Baglietto-Vargas, D. et al. Nat. Commun. 12, 2421 (2021)

Most mouse models of Alzheimer’s disease (AD) consist of transgenic mice that overexpress human genes associated with familial AD, an early-onset form of the disease caused by rare and fully penetrant mutations in the genes APP, PSEN-1 and PSEN-2. The PD-APP transgenic mouse, which overexpresses human amyloid precursor protein (APP 717V→F), was the first APP-based model to reproduce amyloid β-peptide (Aβ) pathology in the form of amyloid plaques in mice; since then researchers have created and characterized more than 170 genetically modified mouse models containing AD-linked mutations.

Although these mice have provided valuable insights into disease mechanisms, early-onset AD accounts for less than 5% of AD cases and new mouse models that mimic the late-onset progression seen in sporadic human AD, the most common form of the disease, are needed.

In a new study published in Nature Communications, a team of investigators led by Frank M. LaFerla from University of California, Irvine generated a new mouse model in which they substituted the mouse Aβ peptide for its human counterpart (hAβ). The mice, which carry no familial AD mutation and develop age-dependent behavioral and phenotypic alterations, might represent an important step towards modeling late-onset AD.

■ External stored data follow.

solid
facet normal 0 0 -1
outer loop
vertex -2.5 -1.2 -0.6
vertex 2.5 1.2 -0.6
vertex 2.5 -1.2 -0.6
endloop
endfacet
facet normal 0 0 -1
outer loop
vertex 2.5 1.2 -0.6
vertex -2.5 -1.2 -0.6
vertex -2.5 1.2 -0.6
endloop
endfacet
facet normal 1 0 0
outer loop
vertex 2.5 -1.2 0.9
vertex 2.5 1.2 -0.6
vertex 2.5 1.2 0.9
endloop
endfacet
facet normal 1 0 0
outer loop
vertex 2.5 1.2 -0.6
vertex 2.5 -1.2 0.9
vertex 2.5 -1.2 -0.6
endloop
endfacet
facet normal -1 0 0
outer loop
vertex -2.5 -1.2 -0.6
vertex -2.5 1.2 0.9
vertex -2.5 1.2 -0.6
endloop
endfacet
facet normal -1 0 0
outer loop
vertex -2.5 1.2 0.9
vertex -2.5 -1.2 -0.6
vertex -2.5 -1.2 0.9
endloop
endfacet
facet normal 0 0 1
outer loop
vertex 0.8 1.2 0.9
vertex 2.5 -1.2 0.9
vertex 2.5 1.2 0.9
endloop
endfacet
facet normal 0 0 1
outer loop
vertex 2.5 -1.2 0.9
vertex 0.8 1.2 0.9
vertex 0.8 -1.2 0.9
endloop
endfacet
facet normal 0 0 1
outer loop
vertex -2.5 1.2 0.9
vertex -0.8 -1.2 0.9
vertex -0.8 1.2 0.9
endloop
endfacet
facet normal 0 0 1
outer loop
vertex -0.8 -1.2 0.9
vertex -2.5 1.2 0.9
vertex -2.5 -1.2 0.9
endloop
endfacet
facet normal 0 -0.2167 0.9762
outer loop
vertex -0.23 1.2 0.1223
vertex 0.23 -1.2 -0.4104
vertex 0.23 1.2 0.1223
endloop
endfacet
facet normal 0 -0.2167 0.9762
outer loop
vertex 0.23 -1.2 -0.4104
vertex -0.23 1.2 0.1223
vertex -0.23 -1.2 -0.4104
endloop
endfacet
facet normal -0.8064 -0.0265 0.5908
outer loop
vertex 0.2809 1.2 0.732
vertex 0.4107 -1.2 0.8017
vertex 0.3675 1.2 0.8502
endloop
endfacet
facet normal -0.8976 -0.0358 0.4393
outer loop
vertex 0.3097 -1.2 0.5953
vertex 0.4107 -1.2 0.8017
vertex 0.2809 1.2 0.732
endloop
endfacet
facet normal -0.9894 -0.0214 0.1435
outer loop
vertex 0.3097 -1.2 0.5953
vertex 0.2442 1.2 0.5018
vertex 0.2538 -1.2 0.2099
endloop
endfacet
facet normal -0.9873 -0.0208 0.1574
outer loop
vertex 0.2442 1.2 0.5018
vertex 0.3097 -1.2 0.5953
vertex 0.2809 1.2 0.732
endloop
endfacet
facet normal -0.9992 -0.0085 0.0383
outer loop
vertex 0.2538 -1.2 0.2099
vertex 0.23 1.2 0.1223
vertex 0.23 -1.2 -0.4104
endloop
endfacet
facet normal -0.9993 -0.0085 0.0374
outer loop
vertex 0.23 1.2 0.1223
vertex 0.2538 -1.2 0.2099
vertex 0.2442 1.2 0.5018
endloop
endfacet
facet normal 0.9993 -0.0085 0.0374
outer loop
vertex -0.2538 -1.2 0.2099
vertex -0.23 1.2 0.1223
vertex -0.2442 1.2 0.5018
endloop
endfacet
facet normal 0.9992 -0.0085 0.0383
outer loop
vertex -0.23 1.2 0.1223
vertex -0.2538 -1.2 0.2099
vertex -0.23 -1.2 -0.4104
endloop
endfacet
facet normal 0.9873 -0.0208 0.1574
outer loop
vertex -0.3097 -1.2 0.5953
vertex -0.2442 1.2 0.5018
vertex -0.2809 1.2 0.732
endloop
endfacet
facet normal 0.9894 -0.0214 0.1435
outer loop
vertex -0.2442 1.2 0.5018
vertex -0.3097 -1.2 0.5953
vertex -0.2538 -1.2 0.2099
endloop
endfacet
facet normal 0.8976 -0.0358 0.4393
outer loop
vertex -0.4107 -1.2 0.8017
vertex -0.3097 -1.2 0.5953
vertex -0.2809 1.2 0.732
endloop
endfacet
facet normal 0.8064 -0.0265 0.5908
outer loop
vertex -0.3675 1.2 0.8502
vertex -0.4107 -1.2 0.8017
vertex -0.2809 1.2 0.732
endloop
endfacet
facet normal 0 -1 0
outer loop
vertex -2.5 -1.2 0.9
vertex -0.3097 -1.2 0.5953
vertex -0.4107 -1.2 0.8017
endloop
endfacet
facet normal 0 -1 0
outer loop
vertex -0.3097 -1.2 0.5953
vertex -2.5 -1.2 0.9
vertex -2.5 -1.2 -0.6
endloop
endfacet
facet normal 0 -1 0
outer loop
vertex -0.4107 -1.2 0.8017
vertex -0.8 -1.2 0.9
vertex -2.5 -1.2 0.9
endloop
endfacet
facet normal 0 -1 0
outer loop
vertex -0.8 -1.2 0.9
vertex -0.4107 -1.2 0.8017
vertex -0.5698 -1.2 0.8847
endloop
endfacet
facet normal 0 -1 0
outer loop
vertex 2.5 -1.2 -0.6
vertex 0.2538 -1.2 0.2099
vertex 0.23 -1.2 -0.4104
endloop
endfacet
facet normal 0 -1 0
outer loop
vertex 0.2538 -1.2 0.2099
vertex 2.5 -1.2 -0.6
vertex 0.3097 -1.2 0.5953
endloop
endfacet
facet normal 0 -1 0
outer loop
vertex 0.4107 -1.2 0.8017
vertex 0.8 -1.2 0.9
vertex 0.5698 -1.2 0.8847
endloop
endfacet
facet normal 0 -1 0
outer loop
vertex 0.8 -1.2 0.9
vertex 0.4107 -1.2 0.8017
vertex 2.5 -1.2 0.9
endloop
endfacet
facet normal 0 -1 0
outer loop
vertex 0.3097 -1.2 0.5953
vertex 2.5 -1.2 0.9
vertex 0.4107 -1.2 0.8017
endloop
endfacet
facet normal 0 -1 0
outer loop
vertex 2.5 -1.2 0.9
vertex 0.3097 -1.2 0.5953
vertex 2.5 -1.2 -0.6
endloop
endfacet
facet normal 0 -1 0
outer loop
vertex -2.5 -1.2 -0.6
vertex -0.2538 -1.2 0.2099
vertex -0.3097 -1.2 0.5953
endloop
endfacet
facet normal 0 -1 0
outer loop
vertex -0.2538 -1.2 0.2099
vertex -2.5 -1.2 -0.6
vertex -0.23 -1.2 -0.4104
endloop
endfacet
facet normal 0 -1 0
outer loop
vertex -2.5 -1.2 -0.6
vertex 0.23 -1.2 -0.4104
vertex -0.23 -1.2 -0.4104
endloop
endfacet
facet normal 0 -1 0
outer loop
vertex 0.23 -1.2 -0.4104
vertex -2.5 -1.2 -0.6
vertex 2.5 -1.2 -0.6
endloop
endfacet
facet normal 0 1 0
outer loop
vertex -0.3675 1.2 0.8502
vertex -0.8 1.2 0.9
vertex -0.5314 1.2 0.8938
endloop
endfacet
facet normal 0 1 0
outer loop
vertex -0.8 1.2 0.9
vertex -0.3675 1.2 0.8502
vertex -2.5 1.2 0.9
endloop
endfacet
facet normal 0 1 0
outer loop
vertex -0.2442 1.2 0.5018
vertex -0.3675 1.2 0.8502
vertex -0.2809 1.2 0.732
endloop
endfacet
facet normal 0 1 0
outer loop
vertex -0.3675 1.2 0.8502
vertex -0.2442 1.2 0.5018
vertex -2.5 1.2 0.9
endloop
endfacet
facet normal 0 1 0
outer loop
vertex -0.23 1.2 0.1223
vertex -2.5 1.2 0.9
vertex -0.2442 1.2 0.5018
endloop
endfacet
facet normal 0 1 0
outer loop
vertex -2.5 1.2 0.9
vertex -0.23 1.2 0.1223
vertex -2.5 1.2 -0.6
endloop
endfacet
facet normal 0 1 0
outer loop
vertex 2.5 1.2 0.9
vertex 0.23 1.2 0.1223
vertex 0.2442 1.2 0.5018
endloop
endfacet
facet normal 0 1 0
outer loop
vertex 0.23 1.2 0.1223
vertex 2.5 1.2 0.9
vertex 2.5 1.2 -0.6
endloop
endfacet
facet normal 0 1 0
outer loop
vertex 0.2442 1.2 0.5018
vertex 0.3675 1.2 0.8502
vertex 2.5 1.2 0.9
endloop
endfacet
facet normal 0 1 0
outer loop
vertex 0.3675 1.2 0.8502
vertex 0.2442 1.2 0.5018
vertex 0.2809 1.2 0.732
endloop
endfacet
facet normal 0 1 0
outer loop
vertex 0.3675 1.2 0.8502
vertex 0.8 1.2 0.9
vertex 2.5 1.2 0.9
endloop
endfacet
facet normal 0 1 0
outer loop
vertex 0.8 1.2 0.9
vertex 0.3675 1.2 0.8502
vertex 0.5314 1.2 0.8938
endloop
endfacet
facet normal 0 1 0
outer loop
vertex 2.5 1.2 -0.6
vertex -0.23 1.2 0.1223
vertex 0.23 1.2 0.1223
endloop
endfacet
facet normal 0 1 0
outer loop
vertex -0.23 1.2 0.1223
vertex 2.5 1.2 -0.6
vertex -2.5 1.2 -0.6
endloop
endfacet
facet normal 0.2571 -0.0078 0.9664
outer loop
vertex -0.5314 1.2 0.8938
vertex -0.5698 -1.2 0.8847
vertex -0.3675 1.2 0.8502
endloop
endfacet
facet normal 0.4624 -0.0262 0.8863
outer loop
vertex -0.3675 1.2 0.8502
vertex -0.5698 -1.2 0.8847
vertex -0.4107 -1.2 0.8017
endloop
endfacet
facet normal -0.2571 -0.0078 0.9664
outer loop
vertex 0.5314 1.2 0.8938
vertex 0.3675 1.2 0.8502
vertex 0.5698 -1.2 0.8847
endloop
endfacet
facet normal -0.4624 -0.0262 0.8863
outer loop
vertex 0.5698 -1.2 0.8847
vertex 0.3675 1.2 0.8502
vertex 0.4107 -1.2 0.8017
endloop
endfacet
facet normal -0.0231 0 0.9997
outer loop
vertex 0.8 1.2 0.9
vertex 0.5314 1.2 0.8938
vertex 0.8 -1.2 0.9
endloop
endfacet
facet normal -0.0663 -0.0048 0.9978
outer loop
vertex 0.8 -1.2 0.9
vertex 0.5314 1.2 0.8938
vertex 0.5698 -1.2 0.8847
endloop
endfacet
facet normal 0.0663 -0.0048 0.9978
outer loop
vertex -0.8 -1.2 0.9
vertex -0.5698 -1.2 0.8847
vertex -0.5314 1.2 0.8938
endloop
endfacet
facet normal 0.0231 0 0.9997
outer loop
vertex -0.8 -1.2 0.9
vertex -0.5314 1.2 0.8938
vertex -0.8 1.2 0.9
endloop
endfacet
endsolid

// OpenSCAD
// file: ../p/rect2p.scad
use <../lib.scad>
function ldraw_lib__rect2p() = [
// 0 Rectangle with 2 Parallel Edges
// 0 Name: rect2p.dat
// 0 Author: Donald Sutter [technog]
// 0 !LDRAW_ORG Primitive UPDATE 2010-01
// 0 !LICENSE Licensed under CC BY 4.0 : see CAreadme.txt
// 
// 0 BFC CERTIFY CCW
  [0,"BFC","CERTIFY"],
  [0,"BFC","CCW"],
// 
// 0 !HISTORY 2003-08-01 [PTadmin] Official Update 2003-02
// 0 !HISTORY 2007-06-24 [PTadmin] Header formatted for Contributor Agreement
// 0 !HISTORY 2008-07-01 [PTadmin] Official Update 2008-01
// 0 !HISTORY 2010-01-17 [mikeheide] changed winding to CCW
// 0 !HISTORY 2010-04-05 [PTadmin] Official Update 2010-01
// 
// 
// 2 24 1 0 1 -1 0 1
  [2,24,1,0,1,-1,0,1],
// 2 24 -1 0 -1 1 0 -1
  [2,24,-1,0,-1,1,0,-1],
// 4 16 -1 0 1 -1 0 -1 1 0 -1 1 0 1
  [4,16,-1,0,1,-1,0,-1,1,0,-1,1,0,1],
// 0
];
module ldraw_lib__rect2p(step=0, col=false, unit=2/5, alt=false, line=0.2, solid=!$preview)
    makepoly(ldraw_lib__rect2p(), step=step, col=col, unit=unit, alt=alt, line=line, solid=solid);
ldraw_lib__rect2p(line=0.2);
// file: ../p/rect.scad
use <../lib.scad>
function ldraw_lib__rect() = [
// 0 Rectangle
// 0 Name: rect.dat
// 0 Author: James Jessiman
// 0 !LDRAW_ORG Primitive UPDATE 2010-01
// 0 !LICENSE Licensed under CC BY 4.0 : see CAreadme.txt
// 
// 0 BFC CERTIFY CCW
  [0,"BFC","CERTIFY"],
  [0,"BFC","CCW"],
// 
// 0 !HISTORY 2002-04-05 [hafhead] Added BFC statement
// 0 !HISTORY 2002-04-25 [PTadmin] Official Update 2002-02
// 0 !HISTORY 2007-06-24 [PTadmin] Header formatted for Contributor Agreement
// 0 !HISTORY 2008-07-01 [PTadmin] Official Update 2008-01
// 0 !HISTORY 2010-01-17 [mikeheide] changed winding to CCW
// 0 !HISTORY 2010-04-05 [PTadmin] Official Update 2010-01
// 
// 
// 2 24 1 0 1 -1 0 1
  [2,24,1,0,1,-1,0,1],
// 2 24 -1 0 1 -1 0 -1
  [2,24,-1,0,1,-1,0,-1],
// 2 24 -1 0 -1 1 0 -1
  [2,24,-1,0,-1,1,0,-1],
// 2 24 1 0 -1 1 0 1
  [2,24,1,0,-1,1,0,1],
// 4 16 -1 0 1 -1 0 -1 1 0 -1 1 0 1
  [4,16,-1,0,1,-1,0,-1,1,0,-1,1,0,1],
// 0
];
module ldraw_lib__rect(step=0, col=false, unit=2/5, alt=false, line=0.2, solid=!$preview)
    makepoly(ldraw_lib__rect(), step=step, col=col, unit=unit, alt=alt, line=line, solid=solid);
ldraw_lib__rect(line=0.2);
// file: ../p/box3u2p.scad
use <../lib.scad>
function ldraw_lib__box3u2p() = [
// 0 Box with 3 Faces without 2 Parallel Edges
// 0 Name: box3u2p.dat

The investigators used a knock-in (KI) strategy to humanize the murine App gene by changing 3 amino acids within the sequence of the Aβ peptide, a product of APP processing. In these mice, hAβ-KI allele is integrated in the App locus, under the control of endogenous gene-regulatory elements; therefore humanized App is expressed at murine physiological levels. “These results are significant because APP is not overexpressed in human sporadic AD, and the hAβ-KI mouse model recapitulates this salient feature,” explain the investigators in their report.

Detailed phenotypic characterization of the mice showed that substitution of mouse Aβ with the wild-type human isoform was sufficient to produce significant changes in cognition, synaptic plasticity, inflammation, OC+/PAS granule formation and gene expression in hAβ-KI mice. These changes were associated with an age-associated increase in insoluble Aβ and decrease in soluble Aβ in the brain of the mice. However, the investigators could not detect amyloid aggregates in hAβ-KI brains, which suggests that additional factors are required for the formation of amyloid plaques.

The investigators conclude that the hAβ-KI mouse line will be a useful platform to investigate the many genetic, aging, and environmental factors that drive the development of AD and lead to formation of plaques.